Fauna hazards are even worse for the feel. The hammerhead in particular needs to hit way harder. That guy barely attacks in the first place and looks like he would chunk half your health, and then you get hit and realize its all bark. Make him stun you on hit and chunk your health, leave you stumbling away disoriented and concussed. Put some actual umph into the power and speed it has visually. I shouldn’t be able to just let one keep ramming me while I explore. Crashfish used to deal more than half a healthbar, and you could get swarmed by like 4 in some places, and I have never actually died to a crashfish. So why is this giant ramming fish, that is super similar to the crashfish, smacking me with a pillow.

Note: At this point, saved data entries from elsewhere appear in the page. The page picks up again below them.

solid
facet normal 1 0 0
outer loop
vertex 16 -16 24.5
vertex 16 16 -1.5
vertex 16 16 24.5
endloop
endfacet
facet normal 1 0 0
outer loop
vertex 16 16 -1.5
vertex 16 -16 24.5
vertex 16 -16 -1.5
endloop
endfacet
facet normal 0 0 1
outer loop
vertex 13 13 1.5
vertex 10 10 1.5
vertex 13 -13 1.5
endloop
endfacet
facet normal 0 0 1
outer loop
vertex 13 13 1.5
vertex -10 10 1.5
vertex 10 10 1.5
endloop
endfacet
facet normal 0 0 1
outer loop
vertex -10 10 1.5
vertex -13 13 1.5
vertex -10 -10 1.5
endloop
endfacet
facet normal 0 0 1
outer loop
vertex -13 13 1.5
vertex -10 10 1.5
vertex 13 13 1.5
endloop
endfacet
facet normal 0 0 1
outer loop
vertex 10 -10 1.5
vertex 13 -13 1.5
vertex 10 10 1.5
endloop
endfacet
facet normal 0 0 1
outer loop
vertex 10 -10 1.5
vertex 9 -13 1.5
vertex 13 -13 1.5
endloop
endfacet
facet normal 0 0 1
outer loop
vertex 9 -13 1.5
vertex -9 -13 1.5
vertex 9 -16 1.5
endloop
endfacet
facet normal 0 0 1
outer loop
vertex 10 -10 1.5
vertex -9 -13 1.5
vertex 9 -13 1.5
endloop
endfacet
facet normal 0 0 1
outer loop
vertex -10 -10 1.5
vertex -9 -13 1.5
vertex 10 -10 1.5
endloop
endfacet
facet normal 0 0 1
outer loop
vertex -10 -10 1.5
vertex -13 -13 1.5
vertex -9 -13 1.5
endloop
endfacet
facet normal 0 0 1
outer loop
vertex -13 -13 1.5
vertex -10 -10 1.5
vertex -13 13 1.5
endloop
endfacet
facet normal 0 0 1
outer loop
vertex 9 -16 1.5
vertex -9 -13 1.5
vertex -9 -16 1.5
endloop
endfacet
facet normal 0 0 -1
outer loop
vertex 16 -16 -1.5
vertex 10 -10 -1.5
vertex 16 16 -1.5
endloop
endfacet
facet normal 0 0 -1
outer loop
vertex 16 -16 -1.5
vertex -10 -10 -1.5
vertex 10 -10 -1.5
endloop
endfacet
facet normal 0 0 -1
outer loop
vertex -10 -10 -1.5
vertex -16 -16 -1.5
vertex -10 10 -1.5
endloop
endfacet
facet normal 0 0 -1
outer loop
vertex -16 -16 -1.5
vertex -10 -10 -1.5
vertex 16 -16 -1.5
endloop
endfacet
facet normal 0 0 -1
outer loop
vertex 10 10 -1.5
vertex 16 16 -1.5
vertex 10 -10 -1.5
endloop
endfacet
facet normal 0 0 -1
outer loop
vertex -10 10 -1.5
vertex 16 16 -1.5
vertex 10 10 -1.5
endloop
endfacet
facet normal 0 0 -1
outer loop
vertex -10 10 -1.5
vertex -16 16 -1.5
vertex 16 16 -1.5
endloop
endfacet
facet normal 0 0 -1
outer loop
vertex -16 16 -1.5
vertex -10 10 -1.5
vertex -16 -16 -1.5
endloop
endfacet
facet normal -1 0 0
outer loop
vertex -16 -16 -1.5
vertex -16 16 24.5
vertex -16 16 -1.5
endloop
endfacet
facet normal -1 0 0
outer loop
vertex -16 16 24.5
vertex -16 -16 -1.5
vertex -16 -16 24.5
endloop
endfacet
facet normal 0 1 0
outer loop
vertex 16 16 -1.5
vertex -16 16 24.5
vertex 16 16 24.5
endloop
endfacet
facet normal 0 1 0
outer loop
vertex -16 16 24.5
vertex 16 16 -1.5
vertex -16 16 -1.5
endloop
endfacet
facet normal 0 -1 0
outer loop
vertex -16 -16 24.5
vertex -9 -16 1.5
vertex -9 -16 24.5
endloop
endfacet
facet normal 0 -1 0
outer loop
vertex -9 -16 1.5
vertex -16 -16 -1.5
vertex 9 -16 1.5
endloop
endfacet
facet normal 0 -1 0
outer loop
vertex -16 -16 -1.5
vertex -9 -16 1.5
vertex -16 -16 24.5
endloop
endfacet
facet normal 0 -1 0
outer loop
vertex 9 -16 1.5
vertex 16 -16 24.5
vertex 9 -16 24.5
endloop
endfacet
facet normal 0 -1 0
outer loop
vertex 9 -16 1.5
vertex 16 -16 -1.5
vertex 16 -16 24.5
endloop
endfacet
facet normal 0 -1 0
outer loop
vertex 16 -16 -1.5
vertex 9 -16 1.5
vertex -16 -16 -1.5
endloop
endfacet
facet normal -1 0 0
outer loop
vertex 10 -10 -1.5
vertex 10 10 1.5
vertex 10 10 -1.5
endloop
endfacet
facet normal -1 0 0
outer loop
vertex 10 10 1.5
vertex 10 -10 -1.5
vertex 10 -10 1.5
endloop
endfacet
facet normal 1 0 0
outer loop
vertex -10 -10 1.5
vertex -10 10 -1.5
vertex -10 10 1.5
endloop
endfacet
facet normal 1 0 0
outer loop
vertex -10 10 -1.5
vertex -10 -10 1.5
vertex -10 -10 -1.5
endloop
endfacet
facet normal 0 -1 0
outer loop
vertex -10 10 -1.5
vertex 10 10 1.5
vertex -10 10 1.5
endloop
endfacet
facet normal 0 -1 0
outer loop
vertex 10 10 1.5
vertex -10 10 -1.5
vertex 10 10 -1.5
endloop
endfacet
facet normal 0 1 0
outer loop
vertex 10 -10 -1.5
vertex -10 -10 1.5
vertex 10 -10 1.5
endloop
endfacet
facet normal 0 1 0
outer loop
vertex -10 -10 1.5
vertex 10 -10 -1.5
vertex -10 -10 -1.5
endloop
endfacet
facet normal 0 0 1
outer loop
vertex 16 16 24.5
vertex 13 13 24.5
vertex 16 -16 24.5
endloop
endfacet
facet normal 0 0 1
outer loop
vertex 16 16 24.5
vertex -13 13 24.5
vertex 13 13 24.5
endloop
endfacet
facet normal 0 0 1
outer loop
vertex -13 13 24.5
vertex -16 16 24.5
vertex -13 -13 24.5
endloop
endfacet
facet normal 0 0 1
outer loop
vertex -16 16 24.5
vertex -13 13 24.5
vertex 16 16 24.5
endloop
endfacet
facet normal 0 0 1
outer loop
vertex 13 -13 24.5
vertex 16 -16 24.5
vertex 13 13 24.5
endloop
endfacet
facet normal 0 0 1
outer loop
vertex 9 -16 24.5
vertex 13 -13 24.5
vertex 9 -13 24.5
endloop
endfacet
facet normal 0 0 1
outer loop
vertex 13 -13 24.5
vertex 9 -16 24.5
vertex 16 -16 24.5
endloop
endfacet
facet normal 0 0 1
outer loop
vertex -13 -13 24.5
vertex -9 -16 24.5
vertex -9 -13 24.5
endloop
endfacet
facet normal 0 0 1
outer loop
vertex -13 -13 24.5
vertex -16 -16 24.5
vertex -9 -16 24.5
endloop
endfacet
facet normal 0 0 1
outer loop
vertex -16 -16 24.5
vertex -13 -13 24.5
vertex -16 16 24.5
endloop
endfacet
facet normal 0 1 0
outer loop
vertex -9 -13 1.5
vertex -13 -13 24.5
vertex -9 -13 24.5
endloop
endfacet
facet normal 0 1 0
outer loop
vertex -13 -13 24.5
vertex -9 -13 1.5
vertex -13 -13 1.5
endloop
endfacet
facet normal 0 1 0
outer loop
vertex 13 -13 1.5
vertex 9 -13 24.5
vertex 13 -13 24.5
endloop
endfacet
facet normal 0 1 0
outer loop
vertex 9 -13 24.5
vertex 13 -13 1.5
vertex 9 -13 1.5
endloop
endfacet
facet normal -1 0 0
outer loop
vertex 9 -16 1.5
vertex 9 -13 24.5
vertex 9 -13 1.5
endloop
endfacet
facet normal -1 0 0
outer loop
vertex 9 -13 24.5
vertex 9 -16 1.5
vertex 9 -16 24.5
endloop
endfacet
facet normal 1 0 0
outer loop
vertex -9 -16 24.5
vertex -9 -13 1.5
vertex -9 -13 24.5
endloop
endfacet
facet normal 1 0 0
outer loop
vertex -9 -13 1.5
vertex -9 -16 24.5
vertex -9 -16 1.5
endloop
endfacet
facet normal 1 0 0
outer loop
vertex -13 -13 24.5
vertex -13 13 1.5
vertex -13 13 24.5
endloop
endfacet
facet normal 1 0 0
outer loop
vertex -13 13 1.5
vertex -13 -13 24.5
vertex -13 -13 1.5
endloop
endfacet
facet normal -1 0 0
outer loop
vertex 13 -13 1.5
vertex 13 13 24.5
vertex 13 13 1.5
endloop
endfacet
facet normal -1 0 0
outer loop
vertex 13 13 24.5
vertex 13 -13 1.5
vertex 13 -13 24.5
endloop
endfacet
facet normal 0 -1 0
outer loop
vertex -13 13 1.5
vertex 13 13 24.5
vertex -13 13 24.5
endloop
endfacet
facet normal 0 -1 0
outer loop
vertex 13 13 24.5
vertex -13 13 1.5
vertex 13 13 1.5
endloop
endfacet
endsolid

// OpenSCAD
tilesize = 24;
tilethickness = 2;
tilequantity = 10;
wallthickness = 3;
openinglip = 4;
tilehalf = tilesize/2;

//base
difference() {
cube([((tilesize+2)+(wallthickness*2)),((tilesize+2)+(wallthickness*2)),wallthickness],true);
cube([tilesize-4,tilesize-4,wallthickness*2],true);
}


//left wall
translate([
((tilehalf+1+(wallthickness/2))*-1),
0,
((tilequantity*tilethickness/2)+(wallthickness*.5))])

cube([
wallthickness,
((tilesize+2)+(wallthickness*2)),
((tilequantity*tilethickness)+(wallthickness*2))],true);

//right wall
translate([
(tilehalf+1+(wallthickness/2)),
0,
((tilequantity*tilethickness/2)+(wallthickness*.5))])

cube([
wallthickness,
((tilesize+2)+(wallthickness*2)),
((tilequantity*tilethickness)+(wallthickness*2))],true);

//back wall
translate([
0,

(tilehalf+1+(wallthickness/2)),

((tilequantity*tilethickness/2)+(wallthickness*.5))])

cube([
((tilesize+2)+(wallthickness*2)),

wallthickness,

((tilequantity*tilethickness)+(wallthickness*2))],

true);

difference(){
//front wall
translate([
0,((tilehalf+1+(wallthickness/2))*-1),((tilequantity*tilethickness/2)+(wallthickness*.5))])
cube([
((tilesize+2)+(wallthickness*2)),wallthickness,((tilequantity*tilethickness)+(wallthickness*2))],true);

translate([
0,((tilehalf+1+(wallthickness/2))*-1),wallthickness*2])
cube([(tilesize+2)-(openinglip*2),wallthickness*2,(tilequantity*tilethickness*4)],true);
}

The game insists I will die here repeatedly, but nothing here is hazardous enough to pose a real threat. What is the purpose of reprinting narratively if I already can’t die? What is the purpose of the horror themed voicelogs if even they acknowledge the only threats in the world are heavy metals and calories? If the story you want to tell here is truly subnautica, a game about being stranded on a hostile and unfamilliar world, then where is the hostility? Its certainly foreign, but not wild enough to be dangerous.
The solution to the problem might not be in damage scaling, but alternative threats. You are already playing around with the themes of losing agency to AI, and not having the ability to exert control over the world. Now actualize it. Give us threats not just to our healthbar, but our sense of orientation, understanding, and control. If taking damage means potentially losing the ability to swim away, understand your resources, or navigate your environment, then the damage scaling becomes secondary to the environmental threat of being underwater.

Cool feedback. Well thought out. I agree with much of this. The game isn’t challenging enough. It’s incredibly beautiful and has a lot of amazing work put into it, but it could stand to be a bit more dangerous.